◆ Problem
The lines to repeat are those below from the one containing "f 146 126 137" down to the one containing "f 14 168 167", both included; reproduce them exactly and nothing else.

◆ Data supplied
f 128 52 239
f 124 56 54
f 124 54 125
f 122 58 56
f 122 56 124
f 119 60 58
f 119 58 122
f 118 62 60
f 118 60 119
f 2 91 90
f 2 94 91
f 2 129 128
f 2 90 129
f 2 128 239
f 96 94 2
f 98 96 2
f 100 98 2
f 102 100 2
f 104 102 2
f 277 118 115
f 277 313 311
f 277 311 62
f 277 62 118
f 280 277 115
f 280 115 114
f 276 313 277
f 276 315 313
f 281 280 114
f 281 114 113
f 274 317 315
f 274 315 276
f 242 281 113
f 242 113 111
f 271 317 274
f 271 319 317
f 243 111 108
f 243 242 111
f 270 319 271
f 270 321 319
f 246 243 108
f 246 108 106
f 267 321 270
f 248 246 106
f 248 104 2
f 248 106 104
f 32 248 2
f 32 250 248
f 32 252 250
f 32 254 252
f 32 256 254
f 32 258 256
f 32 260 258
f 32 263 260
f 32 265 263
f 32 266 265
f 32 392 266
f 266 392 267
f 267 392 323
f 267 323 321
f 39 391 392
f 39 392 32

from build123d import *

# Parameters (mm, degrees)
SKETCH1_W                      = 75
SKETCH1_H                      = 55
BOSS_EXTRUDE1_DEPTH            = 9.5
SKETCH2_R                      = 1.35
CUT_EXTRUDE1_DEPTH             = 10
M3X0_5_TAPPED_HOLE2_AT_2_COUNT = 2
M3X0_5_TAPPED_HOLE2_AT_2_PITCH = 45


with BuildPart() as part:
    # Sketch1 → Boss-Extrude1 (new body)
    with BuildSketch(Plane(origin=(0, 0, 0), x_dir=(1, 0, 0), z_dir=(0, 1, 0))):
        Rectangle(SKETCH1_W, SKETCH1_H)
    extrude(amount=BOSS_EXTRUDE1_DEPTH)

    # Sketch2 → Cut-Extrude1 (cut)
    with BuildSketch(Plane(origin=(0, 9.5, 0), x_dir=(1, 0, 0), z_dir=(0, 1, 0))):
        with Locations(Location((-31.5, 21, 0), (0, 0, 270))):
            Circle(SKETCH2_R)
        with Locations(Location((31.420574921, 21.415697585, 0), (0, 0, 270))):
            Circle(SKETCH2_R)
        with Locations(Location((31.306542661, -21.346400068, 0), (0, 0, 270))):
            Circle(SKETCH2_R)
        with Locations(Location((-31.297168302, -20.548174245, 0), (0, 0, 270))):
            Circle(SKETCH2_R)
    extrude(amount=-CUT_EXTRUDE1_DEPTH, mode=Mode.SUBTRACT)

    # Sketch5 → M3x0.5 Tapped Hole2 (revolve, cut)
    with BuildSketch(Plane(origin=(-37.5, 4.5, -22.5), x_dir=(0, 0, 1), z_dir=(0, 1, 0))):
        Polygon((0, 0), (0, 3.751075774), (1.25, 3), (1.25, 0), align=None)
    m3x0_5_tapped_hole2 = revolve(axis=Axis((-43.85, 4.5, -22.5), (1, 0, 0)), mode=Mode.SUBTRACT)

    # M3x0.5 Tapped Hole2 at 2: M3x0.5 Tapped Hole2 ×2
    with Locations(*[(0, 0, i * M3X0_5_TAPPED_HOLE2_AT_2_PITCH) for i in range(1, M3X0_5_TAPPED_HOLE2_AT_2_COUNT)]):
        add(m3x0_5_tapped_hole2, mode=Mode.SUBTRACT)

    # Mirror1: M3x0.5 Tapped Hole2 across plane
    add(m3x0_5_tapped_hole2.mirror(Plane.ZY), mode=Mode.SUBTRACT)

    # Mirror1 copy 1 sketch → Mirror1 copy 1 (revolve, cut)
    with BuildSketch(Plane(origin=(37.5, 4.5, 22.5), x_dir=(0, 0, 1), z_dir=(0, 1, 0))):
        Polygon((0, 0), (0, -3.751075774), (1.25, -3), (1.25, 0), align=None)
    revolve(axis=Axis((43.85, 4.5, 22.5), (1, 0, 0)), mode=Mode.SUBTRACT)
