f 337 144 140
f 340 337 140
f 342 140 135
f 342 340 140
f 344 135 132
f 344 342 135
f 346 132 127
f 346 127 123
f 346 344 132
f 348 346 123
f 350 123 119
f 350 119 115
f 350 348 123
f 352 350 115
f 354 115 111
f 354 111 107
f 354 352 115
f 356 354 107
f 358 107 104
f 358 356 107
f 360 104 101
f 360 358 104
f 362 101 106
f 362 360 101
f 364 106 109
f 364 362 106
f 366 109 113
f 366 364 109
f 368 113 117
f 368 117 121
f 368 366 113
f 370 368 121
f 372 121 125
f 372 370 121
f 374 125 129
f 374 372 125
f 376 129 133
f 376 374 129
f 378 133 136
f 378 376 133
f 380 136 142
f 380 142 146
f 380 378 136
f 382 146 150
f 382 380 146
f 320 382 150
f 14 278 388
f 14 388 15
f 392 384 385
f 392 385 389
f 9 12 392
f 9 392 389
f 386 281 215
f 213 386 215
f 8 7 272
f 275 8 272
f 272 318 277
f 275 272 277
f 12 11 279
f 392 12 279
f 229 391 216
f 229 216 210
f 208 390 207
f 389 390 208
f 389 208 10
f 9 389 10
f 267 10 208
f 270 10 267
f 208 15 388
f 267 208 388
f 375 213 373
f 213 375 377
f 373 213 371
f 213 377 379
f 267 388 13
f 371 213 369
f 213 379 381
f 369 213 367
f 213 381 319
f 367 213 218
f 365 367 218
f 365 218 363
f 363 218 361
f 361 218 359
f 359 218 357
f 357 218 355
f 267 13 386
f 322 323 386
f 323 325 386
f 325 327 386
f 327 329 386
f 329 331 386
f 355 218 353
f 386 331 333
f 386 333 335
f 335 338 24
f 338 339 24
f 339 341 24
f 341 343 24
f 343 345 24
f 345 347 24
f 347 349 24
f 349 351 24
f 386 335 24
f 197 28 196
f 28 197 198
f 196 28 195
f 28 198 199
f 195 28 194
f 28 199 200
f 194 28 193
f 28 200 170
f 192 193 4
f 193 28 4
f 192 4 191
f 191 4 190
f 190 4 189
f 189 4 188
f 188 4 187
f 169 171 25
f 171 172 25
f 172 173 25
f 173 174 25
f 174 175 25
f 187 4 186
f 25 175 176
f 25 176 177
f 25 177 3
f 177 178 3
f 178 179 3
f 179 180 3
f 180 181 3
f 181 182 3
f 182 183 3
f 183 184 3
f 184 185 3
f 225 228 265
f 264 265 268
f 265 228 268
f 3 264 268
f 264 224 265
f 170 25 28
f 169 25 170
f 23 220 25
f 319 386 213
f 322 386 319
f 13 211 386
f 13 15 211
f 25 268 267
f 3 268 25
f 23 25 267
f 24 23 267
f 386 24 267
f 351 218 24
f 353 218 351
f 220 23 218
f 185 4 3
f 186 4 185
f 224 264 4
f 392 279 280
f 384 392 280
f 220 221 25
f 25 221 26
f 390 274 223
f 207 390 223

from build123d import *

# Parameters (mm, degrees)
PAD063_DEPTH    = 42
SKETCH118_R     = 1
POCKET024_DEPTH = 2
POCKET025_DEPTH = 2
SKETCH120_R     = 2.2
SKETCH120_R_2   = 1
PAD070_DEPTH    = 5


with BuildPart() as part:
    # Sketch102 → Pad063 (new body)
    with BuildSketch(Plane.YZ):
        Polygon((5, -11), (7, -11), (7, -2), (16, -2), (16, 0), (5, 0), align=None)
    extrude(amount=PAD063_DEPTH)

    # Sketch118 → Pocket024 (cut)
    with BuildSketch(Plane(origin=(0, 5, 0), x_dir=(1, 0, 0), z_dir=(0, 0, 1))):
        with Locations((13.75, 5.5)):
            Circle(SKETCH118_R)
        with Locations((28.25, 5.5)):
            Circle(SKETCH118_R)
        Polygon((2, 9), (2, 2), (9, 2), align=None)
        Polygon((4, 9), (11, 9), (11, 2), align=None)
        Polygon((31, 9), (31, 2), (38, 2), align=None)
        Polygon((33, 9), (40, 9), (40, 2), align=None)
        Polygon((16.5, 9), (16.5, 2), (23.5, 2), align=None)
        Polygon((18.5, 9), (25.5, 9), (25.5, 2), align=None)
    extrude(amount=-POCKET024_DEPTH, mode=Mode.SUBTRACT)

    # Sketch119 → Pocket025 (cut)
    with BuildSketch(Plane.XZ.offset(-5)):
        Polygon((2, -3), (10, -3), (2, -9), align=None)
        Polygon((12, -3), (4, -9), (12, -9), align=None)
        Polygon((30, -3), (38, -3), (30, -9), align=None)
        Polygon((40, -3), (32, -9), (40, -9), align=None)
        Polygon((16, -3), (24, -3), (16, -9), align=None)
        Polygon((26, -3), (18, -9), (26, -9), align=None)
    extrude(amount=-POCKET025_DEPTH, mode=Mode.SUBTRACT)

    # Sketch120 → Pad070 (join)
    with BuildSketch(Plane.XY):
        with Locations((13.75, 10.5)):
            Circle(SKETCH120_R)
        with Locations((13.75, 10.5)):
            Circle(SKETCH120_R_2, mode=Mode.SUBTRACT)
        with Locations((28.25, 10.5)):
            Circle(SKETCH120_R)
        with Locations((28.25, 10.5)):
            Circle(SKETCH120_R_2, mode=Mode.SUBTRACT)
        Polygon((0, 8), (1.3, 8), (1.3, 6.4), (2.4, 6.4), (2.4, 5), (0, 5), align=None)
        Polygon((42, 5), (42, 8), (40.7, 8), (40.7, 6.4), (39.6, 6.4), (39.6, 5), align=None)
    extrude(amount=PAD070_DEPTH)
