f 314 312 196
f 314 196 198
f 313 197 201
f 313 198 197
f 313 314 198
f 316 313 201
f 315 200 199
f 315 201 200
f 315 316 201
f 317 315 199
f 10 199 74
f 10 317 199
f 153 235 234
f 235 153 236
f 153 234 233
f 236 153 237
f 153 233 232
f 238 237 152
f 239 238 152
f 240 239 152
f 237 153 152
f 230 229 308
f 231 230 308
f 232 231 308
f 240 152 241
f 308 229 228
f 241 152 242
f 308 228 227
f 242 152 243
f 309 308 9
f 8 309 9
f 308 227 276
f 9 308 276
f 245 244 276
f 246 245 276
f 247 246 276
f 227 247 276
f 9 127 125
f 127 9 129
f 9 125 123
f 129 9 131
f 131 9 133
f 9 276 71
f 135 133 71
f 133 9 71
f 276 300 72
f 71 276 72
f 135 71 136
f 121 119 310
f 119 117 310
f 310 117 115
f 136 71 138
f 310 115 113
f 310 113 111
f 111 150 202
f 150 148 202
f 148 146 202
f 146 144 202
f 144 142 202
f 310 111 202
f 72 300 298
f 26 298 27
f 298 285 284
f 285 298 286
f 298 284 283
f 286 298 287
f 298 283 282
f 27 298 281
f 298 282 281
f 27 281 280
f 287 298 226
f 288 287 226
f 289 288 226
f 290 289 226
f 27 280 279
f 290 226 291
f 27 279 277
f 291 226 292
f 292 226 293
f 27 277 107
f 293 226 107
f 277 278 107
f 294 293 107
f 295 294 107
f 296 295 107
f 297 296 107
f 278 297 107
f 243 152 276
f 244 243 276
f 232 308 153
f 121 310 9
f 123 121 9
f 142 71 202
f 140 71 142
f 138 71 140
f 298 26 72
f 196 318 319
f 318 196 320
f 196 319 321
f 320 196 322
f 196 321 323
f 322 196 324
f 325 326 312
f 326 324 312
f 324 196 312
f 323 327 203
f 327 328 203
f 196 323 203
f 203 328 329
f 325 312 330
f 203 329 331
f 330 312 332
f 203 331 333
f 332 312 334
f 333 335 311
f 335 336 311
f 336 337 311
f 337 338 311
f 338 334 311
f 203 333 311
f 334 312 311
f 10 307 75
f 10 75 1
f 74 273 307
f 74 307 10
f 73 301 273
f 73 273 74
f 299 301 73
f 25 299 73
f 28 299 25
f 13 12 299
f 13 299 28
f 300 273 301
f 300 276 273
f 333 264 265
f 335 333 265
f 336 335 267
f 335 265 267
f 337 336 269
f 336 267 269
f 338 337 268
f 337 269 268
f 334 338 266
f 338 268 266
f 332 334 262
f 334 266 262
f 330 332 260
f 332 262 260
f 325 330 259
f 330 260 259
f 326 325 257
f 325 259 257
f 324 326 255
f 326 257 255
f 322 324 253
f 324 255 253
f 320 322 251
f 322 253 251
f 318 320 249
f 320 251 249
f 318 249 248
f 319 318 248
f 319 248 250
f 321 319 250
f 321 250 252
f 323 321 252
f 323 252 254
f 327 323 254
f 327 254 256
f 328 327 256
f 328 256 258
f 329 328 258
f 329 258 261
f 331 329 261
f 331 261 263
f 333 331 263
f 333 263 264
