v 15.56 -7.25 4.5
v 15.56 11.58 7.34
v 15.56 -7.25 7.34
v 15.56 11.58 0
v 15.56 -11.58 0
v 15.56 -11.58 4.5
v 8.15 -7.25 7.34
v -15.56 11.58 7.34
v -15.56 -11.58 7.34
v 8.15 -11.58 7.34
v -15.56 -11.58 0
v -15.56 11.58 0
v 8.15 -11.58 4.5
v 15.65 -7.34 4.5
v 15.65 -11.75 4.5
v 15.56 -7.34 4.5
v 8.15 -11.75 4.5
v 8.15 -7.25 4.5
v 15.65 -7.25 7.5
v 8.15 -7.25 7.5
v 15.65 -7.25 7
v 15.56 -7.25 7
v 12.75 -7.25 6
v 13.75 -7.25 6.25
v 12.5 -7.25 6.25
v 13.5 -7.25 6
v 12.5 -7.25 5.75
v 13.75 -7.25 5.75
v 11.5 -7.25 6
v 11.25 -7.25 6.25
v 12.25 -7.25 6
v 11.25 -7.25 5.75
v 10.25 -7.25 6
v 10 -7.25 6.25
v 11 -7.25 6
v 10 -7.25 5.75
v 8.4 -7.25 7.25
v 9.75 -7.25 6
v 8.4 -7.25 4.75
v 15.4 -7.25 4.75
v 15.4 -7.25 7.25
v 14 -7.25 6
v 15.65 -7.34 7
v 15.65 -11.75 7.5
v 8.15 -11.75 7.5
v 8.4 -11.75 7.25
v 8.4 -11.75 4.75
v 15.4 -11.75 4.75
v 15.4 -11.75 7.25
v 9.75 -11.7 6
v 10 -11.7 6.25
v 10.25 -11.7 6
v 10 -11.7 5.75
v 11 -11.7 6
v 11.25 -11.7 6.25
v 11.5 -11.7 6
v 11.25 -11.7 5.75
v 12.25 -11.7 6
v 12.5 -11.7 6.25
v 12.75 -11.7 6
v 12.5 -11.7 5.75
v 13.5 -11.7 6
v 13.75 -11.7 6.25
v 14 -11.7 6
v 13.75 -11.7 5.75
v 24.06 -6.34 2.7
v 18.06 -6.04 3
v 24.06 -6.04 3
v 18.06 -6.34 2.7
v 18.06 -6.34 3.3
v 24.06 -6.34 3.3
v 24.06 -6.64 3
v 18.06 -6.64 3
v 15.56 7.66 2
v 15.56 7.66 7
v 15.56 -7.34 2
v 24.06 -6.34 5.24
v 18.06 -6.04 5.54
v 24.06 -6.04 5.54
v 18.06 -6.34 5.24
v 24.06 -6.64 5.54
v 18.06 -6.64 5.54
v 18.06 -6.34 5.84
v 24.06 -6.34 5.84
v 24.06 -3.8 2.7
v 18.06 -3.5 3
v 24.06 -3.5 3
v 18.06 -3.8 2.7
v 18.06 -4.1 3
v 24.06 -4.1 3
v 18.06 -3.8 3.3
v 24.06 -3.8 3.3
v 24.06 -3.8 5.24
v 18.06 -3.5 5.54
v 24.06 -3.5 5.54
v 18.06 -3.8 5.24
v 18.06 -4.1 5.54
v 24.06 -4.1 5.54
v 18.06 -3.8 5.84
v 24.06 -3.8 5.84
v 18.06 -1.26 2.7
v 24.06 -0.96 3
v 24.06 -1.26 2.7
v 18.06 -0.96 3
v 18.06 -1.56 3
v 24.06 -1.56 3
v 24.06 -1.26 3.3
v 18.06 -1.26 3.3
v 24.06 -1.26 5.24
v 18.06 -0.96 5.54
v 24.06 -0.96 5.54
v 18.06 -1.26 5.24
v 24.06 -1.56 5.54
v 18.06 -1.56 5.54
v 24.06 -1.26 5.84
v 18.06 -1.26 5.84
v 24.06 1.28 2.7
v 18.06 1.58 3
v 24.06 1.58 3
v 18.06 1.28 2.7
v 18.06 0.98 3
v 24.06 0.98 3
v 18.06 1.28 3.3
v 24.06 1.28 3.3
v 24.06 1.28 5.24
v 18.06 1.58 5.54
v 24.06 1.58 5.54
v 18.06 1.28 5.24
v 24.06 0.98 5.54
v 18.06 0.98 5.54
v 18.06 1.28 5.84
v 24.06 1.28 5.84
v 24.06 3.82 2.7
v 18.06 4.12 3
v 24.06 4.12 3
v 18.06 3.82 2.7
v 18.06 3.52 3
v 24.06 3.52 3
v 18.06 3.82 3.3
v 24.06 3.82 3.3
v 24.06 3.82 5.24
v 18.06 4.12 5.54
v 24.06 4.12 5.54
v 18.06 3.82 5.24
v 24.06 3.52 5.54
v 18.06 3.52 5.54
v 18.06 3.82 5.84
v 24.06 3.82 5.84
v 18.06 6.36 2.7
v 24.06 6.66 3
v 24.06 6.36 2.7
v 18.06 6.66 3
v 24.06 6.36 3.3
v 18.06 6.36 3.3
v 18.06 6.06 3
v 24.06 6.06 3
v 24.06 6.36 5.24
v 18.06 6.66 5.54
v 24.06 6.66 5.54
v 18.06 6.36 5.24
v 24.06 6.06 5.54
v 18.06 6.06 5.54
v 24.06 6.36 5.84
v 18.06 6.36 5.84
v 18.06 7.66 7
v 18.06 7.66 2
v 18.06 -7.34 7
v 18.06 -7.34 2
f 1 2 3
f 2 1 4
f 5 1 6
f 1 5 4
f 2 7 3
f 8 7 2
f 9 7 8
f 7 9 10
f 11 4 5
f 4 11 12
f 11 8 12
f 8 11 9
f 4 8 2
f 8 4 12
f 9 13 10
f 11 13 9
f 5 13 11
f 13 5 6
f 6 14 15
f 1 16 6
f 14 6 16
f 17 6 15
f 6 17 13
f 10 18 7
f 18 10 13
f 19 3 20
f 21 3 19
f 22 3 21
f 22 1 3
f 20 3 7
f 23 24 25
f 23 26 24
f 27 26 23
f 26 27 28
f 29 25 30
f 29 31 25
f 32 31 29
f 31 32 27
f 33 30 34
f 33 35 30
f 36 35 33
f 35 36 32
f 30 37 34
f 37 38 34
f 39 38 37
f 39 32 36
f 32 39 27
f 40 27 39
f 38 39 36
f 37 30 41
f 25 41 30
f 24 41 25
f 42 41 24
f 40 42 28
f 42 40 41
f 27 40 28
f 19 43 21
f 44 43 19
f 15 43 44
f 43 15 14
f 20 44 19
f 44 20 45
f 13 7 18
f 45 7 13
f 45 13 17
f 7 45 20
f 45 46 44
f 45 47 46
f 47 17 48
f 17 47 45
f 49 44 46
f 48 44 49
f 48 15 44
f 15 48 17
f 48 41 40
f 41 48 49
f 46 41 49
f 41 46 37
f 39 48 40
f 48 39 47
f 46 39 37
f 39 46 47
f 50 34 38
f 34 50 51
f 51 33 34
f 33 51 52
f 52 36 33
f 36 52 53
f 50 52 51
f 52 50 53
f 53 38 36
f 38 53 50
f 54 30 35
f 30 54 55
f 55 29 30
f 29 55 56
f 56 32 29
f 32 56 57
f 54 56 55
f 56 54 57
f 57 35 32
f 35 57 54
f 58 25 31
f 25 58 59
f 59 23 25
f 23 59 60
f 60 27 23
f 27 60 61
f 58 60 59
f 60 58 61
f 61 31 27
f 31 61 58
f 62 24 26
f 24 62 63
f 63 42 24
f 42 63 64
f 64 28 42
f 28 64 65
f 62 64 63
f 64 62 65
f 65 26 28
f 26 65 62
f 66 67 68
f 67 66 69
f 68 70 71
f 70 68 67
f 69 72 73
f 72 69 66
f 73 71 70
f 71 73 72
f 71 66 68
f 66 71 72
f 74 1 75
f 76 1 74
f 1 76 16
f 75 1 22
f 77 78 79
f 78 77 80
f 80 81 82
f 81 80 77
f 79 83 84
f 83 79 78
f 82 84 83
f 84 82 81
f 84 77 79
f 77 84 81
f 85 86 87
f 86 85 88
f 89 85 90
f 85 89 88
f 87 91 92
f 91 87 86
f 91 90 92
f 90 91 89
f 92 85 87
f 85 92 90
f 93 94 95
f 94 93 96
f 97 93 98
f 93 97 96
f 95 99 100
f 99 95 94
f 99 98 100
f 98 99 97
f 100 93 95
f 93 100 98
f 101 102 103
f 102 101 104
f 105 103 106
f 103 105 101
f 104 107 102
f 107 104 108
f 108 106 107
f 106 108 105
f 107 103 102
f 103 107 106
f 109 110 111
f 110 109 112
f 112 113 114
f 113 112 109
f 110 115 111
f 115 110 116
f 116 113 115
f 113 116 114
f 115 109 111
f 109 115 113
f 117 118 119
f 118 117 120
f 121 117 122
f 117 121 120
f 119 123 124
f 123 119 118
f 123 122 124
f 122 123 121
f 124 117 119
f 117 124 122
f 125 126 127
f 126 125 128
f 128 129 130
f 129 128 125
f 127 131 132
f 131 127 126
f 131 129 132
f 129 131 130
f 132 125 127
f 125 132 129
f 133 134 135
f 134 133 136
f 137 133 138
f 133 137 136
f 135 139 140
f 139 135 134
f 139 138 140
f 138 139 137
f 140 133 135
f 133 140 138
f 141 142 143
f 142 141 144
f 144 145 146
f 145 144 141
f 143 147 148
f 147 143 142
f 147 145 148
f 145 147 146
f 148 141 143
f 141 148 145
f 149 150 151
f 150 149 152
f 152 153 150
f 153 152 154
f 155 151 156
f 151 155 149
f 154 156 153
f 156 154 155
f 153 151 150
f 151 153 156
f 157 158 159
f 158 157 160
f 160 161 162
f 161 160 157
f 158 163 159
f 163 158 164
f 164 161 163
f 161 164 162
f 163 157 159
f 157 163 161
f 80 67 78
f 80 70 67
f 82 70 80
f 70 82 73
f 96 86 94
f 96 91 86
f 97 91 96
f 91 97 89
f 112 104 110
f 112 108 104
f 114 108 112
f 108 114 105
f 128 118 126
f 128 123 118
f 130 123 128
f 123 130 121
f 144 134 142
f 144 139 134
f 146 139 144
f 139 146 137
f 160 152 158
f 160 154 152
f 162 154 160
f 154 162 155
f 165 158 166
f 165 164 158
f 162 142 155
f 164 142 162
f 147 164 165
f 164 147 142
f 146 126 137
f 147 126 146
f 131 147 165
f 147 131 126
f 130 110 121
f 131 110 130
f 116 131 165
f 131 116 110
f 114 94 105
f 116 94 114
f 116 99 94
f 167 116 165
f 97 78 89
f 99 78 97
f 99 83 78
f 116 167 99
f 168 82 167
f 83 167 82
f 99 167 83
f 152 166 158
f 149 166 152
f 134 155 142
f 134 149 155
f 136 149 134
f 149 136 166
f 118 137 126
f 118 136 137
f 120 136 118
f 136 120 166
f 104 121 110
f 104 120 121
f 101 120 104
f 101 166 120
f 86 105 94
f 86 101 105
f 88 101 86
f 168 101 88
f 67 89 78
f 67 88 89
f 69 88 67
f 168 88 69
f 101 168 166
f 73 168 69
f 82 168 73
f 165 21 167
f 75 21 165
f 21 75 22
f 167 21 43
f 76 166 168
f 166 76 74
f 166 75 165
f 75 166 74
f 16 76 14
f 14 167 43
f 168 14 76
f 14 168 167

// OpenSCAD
// frsky - a OpenSCAD 
// Copyright (C) 2015  Gerard Valade

// This program is free software: you can redistribute it and/or modify
// it under the terms of the GNU General Public License as published by
// the Free Software Foundation, either version 3 of the License, or
// (at your option) any later version.

// This program is distributed in the hope that it will be useful,
// but WITHOUT ANY WARRANTY; without even the implied warranty of
// MERCHANTABILITY or FITNESS FOR A PARTICULAR PURPOSE.  See the
// GNU General Public License for more details.

// You should have received a copy of the GNU General Public License
// along with this program.  If not, see <http://www.gnu.org/licenses/>.

module frskyD4R($fn = 4)
{
	module connector()
	{
		//translate([31.12/2, -3, 2.5]) color([0.9, 0.8, 0.2])
		color([0.2, 0.2, 0.2]) cube([2.5, 15, 5], center=false);
		translate([0, 1, 1]) color([0.9, 0.8, 0.2])
			for (y=[0:5]) {
				translate([0, y*2.54, 0]) rotate([0, 90, 0]) cylinder(d=.6, h=8.5);
				translate([0, y*2.54, 2.54]) rotate([0, 90, 0]) cylinder(d=.6, h=8.5);
			}
		
	}
	module telemetryPort()
	{
		color([0.9,0.9,0.9])
		difference() { 
			cube([7.5, 4.5, 3.0], center=true);
			cube([7, 5, 2.5], center=true);
		
		}
		color([0.9, 0.8, 0.2]) for (x=[0:3]) {
			translate([x*1.25-1.9, 2.8, 0]) rotate([90, 0, 0]) cylinder(d=.5, h=5);
		}
		
	}

	difference() {	
		translate([0, 0, 7.34/2]) color([0.4, 0.4, 0.4]) cube([31.12, 23.16, 7.34], center=true);
		translate([11.9, -9.5, 6.0]) 
				cube([7.5, 4.5, 3.0], center=true);
	}
	translate([11.9, -9.5, 6.0]) telemetryPort();	
	translate([31.12/2, -7.34, 2]) connector();

}

frskyD4R();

◆ Answer for the task
f 146 126 137
f 147 126 146
f 131 147 165
f 147 131 126
f 130 110 121
f 131 110 130
f 116 131 165
f 131 116 110
f 114 94 105
f 116 94 114
f 116 99 94
f 167 116 165
f 97 78 89
f 99 78 97
f 99 83 78
f 116 167 99
f 168 82 167
f 83 167 82
f 99 167 83
f 152 166 158
f 149 166 152
f 134 155 142
f 134 149 155
f 136 149 134
f 149 136 166
f 118 137 126
f 118 136 137
f 120 136 118
f 136 120 166
f 104 121 110
f 104 120 121
f 101 120 104
f 101 166 120
f 86 105 94
f 86 101 105
f 88 101 86
f 168 101 88
f 67 89 78
f 67 88 89
f 69 88 67
f 168 88 69
f 101 168 166
f 73 168 69
f 82 168 73
f 165 21 167
f 75 21 165
f 21 75 22
f 167 21 43
f 76 166 168
f 166 76 74
f 166 75 165
f 75 166 74
f 16 76 14
f 14 167 43
f 168 14 76
f 14 168 167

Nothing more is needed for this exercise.